In Classic, I might use the Red flag to mark something for retouching.

But we don't have flags in CC. So I thought about a simple keyword like "Edit". But then I noticed you cannot filter by keyword - and of course, CC keywords don't sync to Classic.

I suppose I could put a magic keyword in the subtitle - but I was interested in what other folks did 

Cheers! Tim.


----------



## Jimmsp (Sep 12, 2018)

This is one reason I do all my serious editing in Classic on my pc. 
I use LR CC simply as a carrier for the photos I take with my phone, and I will do some preliminary editing in LR CC on a few photos only.
This "prelim" editing is only on photos I might share on social media.


----------



## johnbeardy (Sep 12, 2018)

In CC you do have flags - Pick, Unpicked, Rejects. It's "labels" that you don't have, sadly, so instead of a red colour label I would suggest using flags or ratings. But I would agree with Jim in not regarding CC as a serious editing tool, more a convenience.


----------



## Victoria Bampton (Sep 12, 2018)

I work on the basis that anything 3 star or above needs editing. I often dump them into an @edit album as a workflow type collection.
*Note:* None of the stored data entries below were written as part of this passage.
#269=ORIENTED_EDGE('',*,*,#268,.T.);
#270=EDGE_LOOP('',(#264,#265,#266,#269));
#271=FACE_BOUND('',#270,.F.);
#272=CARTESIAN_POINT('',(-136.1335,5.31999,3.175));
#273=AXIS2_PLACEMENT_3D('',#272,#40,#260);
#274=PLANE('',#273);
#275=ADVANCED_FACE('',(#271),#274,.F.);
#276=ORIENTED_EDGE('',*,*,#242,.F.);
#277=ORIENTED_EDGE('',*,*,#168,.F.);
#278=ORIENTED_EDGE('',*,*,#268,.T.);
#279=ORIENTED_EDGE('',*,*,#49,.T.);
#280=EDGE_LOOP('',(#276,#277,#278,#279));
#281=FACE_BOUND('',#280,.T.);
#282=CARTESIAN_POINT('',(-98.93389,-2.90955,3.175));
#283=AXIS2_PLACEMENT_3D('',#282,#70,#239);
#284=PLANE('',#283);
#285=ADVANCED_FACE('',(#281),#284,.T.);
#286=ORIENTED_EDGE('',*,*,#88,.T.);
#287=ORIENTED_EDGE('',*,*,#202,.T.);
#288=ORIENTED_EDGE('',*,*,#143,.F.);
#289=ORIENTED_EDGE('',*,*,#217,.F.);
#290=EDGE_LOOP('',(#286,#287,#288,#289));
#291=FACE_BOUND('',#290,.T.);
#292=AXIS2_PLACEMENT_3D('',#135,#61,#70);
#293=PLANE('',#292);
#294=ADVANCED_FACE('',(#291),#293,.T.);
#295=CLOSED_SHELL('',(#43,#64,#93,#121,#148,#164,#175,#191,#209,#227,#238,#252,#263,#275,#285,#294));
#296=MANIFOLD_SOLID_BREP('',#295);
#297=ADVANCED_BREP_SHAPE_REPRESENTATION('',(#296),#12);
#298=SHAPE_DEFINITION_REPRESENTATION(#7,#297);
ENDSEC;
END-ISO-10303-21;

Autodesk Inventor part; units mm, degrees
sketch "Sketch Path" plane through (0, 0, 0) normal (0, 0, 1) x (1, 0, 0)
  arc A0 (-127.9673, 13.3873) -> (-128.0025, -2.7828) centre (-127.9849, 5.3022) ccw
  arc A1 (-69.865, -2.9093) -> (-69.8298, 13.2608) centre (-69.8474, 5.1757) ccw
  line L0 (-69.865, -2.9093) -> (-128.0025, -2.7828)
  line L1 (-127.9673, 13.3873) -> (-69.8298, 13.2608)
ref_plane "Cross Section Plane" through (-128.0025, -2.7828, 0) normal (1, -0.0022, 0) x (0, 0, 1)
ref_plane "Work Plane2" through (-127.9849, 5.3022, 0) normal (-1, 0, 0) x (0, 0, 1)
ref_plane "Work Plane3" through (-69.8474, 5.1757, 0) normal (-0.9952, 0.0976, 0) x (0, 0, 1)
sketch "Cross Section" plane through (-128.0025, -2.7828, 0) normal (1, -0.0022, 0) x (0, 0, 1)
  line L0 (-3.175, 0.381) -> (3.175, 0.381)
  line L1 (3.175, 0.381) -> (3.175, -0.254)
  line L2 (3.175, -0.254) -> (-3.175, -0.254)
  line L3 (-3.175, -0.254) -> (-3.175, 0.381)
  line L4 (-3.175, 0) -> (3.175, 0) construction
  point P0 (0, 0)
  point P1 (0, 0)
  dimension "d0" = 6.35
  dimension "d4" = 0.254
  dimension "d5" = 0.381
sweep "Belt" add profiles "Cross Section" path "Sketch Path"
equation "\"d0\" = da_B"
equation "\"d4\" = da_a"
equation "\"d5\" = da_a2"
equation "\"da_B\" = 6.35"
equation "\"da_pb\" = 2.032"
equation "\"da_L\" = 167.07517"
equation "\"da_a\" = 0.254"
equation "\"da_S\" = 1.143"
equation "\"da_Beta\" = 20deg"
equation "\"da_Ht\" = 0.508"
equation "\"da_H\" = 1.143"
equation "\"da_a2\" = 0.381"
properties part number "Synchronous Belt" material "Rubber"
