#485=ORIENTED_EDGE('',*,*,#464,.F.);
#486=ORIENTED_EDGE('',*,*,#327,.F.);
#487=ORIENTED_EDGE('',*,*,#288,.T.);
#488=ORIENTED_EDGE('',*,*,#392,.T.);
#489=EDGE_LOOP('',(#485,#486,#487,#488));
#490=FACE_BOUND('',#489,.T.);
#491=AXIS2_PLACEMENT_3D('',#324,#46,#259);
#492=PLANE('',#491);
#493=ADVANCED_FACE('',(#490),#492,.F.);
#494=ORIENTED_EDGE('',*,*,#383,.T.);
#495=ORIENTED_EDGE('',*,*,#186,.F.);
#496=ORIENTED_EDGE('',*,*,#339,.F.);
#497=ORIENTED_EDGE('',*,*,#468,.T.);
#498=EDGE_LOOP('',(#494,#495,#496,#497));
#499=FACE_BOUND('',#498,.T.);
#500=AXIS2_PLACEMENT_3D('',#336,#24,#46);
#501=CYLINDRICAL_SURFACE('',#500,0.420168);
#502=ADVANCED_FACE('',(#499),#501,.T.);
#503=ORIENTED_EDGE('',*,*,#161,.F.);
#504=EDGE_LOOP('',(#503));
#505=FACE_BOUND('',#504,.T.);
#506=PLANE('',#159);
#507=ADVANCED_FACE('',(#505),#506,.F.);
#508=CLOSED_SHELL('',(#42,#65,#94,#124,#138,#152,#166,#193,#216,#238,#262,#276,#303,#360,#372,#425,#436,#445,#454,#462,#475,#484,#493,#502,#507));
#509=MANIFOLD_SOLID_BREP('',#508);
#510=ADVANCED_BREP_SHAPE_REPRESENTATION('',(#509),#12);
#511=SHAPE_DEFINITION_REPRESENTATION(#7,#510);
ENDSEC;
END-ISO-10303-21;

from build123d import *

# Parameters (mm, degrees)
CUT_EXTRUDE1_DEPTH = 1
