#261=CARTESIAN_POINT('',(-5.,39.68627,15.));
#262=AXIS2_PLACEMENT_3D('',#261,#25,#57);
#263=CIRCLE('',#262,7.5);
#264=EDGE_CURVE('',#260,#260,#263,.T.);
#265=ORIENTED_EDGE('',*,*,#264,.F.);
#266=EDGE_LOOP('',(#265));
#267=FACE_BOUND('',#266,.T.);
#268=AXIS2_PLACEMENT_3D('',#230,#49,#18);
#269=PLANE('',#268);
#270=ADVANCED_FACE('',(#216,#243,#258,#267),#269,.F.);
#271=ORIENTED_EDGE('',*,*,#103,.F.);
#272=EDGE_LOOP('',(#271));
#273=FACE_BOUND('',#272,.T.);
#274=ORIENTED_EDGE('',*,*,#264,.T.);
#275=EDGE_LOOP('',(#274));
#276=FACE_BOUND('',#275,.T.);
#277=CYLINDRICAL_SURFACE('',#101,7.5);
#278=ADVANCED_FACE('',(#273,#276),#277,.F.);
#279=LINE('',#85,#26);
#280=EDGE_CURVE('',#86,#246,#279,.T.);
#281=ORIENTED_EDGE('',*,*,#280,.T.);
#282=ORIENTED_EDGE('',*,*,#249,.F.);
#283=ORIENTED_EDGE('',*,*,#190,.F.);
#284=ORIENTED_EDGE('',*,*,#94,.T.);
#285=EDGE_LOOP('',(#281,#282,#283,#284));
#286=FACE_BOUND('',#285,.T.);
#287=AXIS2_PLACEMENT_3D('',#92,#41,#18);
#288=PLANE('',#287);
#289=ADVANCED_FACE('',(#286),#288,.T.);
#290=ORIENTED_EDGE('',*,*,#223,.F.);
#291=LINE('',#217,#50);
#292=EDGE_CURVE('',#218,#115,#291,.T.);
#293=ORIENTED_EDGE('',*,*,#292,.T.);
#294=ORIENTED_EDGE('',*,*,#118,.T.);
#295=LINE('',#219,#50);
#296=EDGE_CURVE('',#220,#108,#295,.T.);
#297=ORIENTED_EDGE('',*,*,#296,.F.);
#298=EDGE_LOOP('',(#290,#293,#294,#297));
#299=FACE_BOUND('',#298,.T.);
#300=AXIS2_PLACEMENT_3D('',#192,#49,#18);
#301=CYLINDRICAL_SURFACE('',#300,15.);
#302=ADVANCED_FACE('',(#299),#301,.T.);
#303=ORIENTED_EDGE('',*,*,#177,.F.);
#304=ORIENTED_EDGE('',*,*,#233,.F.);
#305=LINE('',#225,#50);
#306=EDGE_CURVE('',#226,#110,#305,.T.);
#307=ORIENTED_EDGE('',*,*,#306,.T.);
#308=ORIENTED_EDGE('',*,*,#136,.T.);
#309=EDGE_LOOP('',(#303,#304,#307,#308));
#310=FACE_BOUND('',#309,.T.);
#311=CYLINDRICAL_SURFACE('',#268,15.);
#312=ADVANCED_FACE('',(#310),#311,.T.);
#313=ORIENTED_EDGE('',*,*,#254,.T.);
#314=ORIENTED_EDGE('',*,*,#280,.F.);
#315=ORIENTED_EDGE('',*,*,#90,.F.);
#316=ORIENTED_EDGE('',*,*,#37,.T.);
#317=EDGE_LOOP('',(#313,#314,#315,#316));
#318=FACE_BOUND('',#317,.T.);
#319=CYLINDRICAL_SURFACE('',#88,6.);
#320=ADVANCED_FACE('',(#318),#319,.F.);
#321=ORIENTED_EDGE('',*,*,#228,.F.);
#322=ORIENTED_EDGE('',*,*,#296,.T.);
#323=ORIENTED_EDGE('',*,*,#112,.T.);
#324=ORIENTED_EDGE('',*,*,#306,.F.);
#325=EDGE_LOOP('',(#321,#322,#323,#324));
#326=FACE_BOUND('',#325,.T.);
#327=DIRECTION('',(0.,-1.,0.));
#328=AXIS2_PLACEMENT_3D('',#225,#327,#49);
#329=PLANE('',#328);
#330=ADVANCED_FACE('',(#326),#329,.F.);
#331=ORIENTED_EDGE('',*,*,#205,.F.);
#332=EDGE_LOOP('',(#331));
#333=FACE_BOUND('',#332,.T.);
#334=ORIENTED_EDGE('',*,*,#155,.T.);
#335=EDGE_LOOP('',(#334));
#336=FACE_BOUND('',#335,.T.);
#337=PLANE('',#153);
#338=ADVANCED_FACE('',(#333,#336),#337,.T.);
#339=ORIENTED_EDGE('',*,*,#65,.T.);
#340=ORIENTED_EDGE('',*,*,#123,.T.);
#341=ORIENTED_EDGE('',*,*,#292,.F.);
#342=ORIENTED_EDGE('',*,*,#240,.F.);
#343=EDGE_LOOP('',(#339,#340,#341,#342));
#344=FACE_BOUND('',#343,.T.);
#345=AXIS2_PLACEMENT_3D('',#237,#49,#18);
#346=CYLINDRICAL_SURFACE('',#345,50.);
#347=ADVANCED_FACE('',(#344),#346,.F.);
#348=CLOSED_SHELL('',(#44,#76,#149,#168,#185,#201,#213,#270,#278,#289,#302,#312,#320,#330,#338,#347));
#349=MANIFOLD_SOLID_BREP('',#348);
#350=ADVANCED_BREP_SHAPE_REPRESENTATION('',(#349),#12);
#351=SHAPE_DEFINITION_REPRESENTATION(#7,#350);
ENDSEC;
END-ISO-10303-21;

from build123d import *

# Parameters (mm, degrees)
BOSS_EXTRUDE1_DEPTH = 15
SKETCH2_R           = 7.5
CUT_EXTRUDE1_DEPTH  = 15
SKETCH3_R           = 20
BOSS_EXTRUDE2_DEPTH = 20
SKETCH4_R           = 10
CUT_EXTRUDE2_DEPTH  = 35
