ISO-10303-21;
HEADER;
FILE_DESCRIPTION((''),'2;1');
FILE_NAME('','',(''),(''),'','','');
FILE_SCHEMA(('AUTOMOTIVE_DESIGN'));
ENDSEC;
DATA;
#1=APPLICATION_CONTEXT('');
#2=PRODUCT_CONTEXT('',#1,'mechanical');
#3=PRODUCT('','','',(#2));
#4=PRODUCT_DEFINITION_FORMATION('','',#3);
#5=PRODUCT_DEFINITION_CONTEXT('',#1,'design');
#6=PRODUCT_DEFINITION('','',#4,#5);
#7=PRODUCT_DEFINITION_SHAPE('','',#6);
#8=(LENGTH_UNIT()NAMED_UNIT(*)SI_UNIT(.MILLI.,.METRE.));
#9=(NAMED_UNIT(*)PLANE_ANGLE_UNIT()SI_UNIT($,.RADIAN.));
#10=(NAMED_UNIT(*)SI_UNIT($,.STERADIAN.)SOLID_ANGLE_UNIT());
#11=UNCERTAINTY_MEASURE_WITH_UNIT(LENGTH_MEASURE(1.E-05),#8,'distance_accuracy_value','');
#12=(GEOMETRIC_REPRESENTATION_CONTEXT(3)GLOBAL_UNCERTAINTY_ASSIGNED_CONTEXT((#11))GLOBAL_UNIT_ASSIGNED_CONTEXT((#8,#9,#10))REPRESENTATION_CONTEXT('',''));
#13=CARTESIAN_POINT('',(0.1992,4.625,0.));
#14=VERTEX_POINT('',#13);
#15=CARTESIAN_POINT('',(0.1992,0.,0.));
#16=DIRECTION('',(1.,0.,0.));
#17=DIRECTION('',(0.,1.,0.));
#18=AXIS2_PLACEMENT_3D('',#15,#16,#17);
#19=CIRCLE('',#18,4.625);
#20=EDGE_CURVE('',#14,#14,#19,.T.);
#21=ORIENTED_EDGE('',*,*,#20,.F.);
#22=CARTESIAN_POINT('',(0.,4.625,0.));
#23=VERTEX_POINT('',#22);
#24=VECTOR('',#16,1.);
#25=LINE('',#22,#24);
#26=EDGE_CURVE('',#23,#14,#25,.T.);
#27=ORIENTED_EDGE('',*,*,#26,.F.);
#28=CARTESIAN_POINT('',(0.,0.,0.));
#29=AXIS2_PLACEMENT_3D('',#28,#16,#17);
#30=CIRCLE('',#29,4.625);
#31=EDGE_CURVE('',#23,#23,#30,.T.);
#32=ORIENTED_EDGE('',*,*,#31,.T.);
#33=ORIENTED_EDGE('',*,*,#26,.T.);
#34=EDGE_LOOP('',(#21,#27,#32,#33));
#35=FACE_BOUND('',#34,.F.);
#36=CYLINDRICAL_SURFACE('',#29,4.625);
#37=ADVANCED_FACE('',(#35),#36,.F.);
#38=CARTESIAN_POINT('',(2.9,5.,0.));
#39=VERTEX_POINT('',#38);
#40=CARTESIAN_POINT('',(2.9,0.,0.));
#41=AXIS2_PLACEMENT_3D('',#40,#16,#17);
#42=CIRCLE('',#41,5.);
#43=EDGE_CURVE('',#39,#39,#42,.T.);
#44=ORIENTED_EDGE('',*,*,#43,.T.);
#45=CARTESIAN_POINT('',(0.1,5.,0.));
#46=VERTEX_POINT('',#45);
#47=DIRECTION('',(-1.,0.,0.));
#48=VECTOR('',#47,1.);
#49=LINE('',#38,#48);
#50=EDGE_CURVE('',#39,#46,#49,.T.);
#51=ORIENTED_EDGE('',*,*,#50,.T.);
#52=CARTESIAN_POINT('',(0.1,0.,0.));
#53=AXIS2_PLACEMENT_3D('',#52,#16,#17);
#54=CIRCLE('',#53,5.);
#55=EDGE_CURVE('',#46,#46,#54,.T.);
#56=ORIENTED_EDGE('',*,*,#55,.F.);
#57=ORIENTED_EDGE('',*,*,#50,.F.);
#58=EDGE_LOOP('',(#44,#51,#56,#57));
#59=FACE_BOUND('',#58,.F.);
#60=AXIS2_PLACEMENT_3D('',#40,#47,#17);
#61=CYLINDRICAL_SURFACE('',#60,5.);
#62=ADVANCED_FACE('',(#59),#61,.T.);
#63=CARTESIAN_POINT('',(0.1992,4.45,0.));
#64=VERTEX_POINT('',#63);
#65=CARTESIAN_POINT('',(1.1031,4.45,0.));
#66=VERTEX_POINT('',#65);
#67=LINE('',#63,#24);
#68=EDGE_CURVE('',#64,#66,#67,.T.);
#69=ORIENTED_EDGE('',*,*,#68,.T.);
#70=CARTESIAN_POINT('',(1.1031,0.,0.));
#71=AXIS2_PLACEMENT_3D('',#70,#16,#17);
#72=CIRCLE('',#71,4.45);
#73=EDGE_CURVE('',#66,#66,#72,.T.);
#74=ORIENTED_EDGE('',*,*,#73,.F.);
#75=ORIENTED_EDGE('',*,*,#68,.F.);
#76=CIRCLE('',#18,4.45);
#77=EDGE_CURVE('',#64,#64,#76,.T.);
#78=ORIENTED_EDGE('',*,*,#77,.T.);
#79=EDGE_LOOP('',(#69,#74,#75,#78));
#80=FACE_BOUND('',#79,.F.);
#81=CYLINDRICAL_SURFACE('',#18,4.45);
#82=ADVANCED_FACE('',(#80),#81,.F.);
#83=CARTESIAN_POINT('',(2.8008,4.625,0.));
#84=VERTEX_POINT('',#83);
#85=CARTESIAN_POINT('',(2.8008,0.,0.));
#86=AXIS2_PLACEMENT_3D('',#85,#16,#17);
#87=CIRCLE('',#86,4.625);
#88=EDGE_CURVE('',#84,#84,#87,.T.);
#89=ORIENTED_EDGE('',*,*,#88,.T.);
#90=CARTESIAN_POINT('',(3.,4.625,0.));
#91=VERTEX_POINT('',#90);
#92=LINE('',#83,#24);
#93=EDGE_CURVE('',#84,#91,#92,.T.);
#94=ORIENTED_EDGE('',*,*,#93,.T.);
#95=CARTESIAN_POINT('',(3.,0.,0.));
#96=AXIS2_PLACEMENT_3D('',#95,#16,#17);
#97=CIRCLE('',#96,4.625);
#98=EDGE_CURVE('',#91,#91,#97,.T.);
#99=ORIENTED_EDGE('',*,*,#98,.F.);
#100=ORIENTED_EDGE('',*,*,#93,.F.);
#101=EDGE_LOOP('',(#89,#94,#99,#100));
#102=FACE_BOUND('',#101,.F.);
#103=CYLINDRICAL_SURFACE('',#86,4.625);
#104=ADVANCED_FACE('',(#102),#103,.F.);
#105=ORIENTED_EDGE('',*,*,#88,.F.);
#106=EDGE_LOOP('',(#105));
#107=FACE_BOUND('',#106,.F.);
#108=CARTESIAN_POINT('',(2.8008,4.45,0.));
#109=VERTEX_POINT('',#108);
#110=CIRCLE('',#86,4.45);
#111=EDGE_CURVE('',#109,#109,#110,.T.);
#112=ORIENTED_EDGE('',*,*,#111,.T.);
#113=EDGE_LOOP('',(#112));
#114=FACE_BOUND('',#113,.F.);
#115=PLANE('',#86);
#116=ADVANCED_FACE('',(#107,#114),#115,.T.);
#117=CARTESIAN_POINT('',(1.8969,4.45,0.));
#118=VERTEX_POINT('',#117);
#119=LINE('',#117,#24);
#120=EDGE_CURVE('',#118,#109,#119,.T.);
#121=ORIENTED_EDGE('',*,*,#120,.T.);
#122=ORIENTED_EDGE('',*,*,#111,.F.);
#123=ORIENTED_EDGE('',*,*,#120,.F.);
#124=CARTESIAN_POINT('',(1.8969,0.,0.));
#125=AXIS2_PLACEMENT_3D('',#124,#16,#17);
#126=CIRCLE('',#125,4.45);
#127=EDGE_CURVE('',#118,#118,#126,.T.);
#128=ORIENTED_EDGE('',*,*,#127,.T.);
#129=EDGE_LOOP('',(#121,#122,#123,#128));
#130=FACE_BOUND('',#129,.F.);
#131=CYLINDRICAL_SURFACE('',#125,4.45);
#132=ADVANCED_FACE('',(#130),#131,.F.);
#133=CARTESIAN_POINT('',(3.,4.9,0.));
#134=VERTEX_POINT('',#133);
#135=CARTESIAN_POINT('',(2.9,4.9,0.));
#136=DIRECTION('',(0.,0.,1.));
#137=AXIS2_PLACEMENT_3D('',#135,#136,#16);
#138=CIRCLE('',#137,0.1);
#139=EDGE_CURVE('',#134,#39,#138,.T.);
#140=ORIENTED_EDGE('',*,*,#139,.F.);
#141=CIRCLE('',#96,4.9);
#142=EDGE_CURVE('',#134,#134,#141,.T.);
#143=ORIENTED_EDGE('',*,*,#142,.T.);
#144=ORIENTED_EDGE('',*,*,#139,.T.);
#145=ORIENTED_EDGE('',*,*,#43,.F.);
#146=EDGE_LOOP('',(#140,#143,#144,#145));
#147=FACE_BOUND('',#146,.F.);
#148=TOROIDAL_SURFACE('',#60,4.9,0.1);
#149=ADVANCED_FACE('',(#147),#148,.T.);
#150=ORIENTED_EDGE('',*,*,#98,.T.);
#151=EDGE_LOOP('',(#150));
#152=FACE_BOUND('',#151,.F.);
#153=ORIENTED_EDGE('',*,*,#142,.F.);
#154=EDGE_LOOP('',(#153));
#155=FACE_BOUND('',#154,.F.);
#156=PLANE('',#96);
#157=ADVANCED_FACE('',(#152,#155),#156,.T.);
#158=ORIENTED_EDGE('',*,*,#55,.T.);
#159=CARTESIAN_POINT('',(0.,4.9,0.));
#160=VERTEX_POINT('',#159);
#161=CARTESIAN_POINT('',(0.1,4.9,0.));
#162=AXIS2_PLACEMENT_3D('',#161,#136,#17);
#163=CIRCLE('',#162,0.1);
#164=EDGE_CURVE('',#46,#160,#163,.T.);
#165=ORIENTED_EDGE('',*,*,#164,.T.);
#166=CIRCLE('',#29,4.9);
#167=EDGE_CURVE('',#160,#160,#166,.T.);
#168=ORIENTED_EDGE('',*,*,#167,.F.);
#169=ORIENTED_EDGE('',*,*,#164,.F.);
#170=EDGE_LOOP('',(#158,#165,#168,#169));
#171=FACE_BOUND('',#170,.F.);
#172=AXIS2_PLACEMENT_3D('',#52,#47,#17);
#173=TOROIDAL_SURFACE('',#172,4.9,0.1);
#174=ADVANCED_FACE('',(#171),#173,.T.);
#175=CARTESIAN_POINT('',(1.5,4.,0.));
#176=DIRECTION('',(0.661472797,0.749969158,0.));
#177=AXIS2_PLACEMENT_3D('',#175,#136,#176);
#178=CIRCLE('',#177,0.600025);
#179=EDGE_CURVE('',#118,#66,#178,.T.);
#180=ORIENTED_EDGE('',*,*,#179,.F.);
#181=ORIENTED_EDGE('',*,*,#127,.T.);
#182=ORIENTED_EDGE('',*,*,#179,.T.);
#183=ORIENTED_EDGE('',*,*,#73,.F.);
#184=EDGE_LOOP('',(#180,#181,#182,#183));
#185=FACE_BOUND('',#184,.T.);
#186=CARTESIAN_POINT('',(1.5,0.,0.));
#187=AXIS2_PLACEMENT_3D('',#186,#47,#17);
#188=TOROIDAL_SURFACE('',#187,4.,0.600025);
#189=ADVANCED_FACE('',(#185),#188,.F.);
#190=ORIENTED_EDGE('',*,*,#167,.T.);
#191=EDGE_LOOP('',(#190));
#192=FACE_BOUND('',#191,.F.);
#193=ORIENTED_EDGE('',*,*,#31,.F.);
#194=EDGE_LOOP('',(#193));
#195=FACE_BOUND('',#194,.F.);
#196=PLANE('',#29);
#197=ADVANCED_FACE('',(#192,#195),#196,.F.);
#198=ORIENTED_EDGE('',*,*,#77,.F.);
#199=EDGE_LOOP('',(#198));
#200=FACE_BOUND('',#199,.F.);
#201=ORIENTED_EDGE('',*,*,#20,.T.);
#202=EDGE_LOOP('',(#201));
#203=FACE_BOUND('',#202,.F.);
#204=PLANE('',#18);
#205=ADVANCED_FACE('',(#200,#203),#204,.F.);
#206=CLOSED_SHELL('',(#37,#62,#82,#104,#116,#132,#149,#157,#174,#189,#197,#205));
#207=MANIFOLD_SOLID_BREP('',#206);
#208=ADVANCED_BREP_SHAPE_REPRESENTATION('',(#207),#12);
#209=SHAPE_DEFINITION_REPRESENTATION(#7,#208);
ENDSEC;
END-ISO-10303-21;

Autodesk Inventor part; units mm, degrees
sketch "Sketch_1" plane through (0, 0, 0) normal (0, 0, 1) x (1, 0, 0)
  line L0 (3, 0) -> (0, 0)
  line L1 (0, 4.625) -> (0.1992, 4.625)
  line L2 (0.1992, 4.625) -> (0.1992, 4.45)
  line L3 (0.1992, 4.45) -> (1.1031, 4.45)
  arc A0 (1.8969, 4.45) -> (1.1031, 4.45) centre (1.5, 4) ccw
  line L4 (1.8969, 4.45) -> (2.8008, 4.45)
  line L5 (2.8008, 4.45) -> (2.8008, 4.625)
  line L6 (2.8008, 4.625) -> (3, 4.625)
  line L7 (3, 4.625) -> (3, 4.9)
  arc A1 (3, 4.9) -> (2.9, 5) centre (2.9, 4.9) ccw
  line L8 (2.9, 5) -> (0.1, 5)
  arc A2 (0.1, 5) -> (0, 4.9) centre (0.1, 4.9) ccw
  line L9 (0, 4.9) -> (0, 4.625)
revolve "Revolution1" add sketch "Sketch_1" angle 360 about axis through (3, 0, 0) along (1, 0, 0)
ref_plane "ip_st_or_1_XY" through (0, 0, 0) normal (1, 0, 0) x (0, 0, -1)
ref_plane "ip_st_or_1_YZ" through (0, 0, 0) normal (0, 0, -1) x (0, 1, 0)
ref_plane "ip_st_or_1_ZX" through (0, 0, 0) normal (0, 1, 0) x (1, 0, 0)
ref_plane "ip_st_or_2_XY" through (2.8008, 0, 0) normal (-1, 0, 0) x (0, 0, -1)
ref_plane "ip_st_or_2_YZ" through (2.8008, 0, 0) normal (0, 0, -1) x (0, -1, 0)
ref_plane "ip_st_or_2_ZX" through (2.8008, 0, 0) normal (0, -1, 0) x (-1, 0, 0)
properties part number "MR106ZZ1 Outer Ring"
I also have @inbox, @photoshop and similar albums. 


Sent from my iPad using Tapatalk


----------



## TimWatts (Sep 13, 2018)

johnbeardy said:


> In CC you do have flags - Pick, Unpicked, Rejects. It's "labels" that you don't have, sadly, so instead of a red colour label I would suggest using flags or ratings. But I would agree with Jim in not regarding CC as a serious editing tool, more a convenience.



Noted terminology error on my part 

I agree. CC is a great rating and review tool - and critical to me as I can use 3 hours / day on a train to/from work to mash through my collection. It is an essential part of my workflow for that reason. That works really well - 2 days and I've done a pick/reject on all of 2018!!! (4554 down to 1483 picks).
Next is a sweep of picks for a 1-star.

I envisage doing basic crops and maybe fiddling with the lighting/colour so see if a photo has potential in CC. But for pretty much all final edits, I agree, I'd want to review on Classic with a decent screen. 

I'm happy with my rating workflow - but I have not come up with a good editing workflow yet.


----------



## johnbeardy (Sep 13, 2018)

TimWatts said:


> .... as I can use 3 hours / day on a train to/from work to mash through my collection....



Lightroom Mobile shows its true worth in South East England....


----------



## TimWatts (Sep 13, 2018)

johnbeardy said:


> Lightroom Mobile shows its true worth in South East England....





But I do get to do it in comfort 

On Fridays, I'll crack open a bottle of wine too...


----------



## MarkNicholas (Sep 14, 2018)

TimWatts said:


> Noted terminology error on my part
> I have not come up with a good editing workflow yet.



In CC on my phone I apply "auto" exposure settings then I apply one of my presets for noise reduction and sharpening. Then adjust the "light" settings using the histogram as a guide.and then "colour" (white balance). Sometimes will also crop. Will fine tune in and finish off in Classic.

Wine is not limited to Fridays.


----------



## reidthaler (Oct 2, 2018)

Since there are no smart collections in Lightroom iOS,  I sorta created my own.  I created a collection (er, I mean Album...) called .Lightroom Camera Picks. (note that I put a dot in front so it appears at the top of the Collection list.  I set to filter Picks.  *I shoot all my images into this collection using the camera in the collection.  *

In the All Photos, I set the filter to Unflagged.

After I shoot, I got to All Photos, then Rate and Review.  If I like something, I swipe up to Pick it (swipe down to Reject also makes it also disappear from view).  It then disappears from All Photos and (magically!) appears in  .Lightroom Camera Picks. Those are the keepers and the ones to Edit!

Pretty cool, huh?


----------



## Jimmsp (Oct 2, 2018)

reidthaler said:


> Since there are no smart collections in Lightroom iOS,  I sorta created my own.  I created a collection (er, I mean Album...) called .Lightroom Camera Picks. (note that I put a dot in front so it appears at the top of the Collection list.  I set to filter Picks.  *I shoot all my images into this collection using the camera in the collection.  *
> 
> In the All Photos, I set the filter to Unflagged.
> 
> ...




Yes - this is pretty cool. I will have to try it.


----------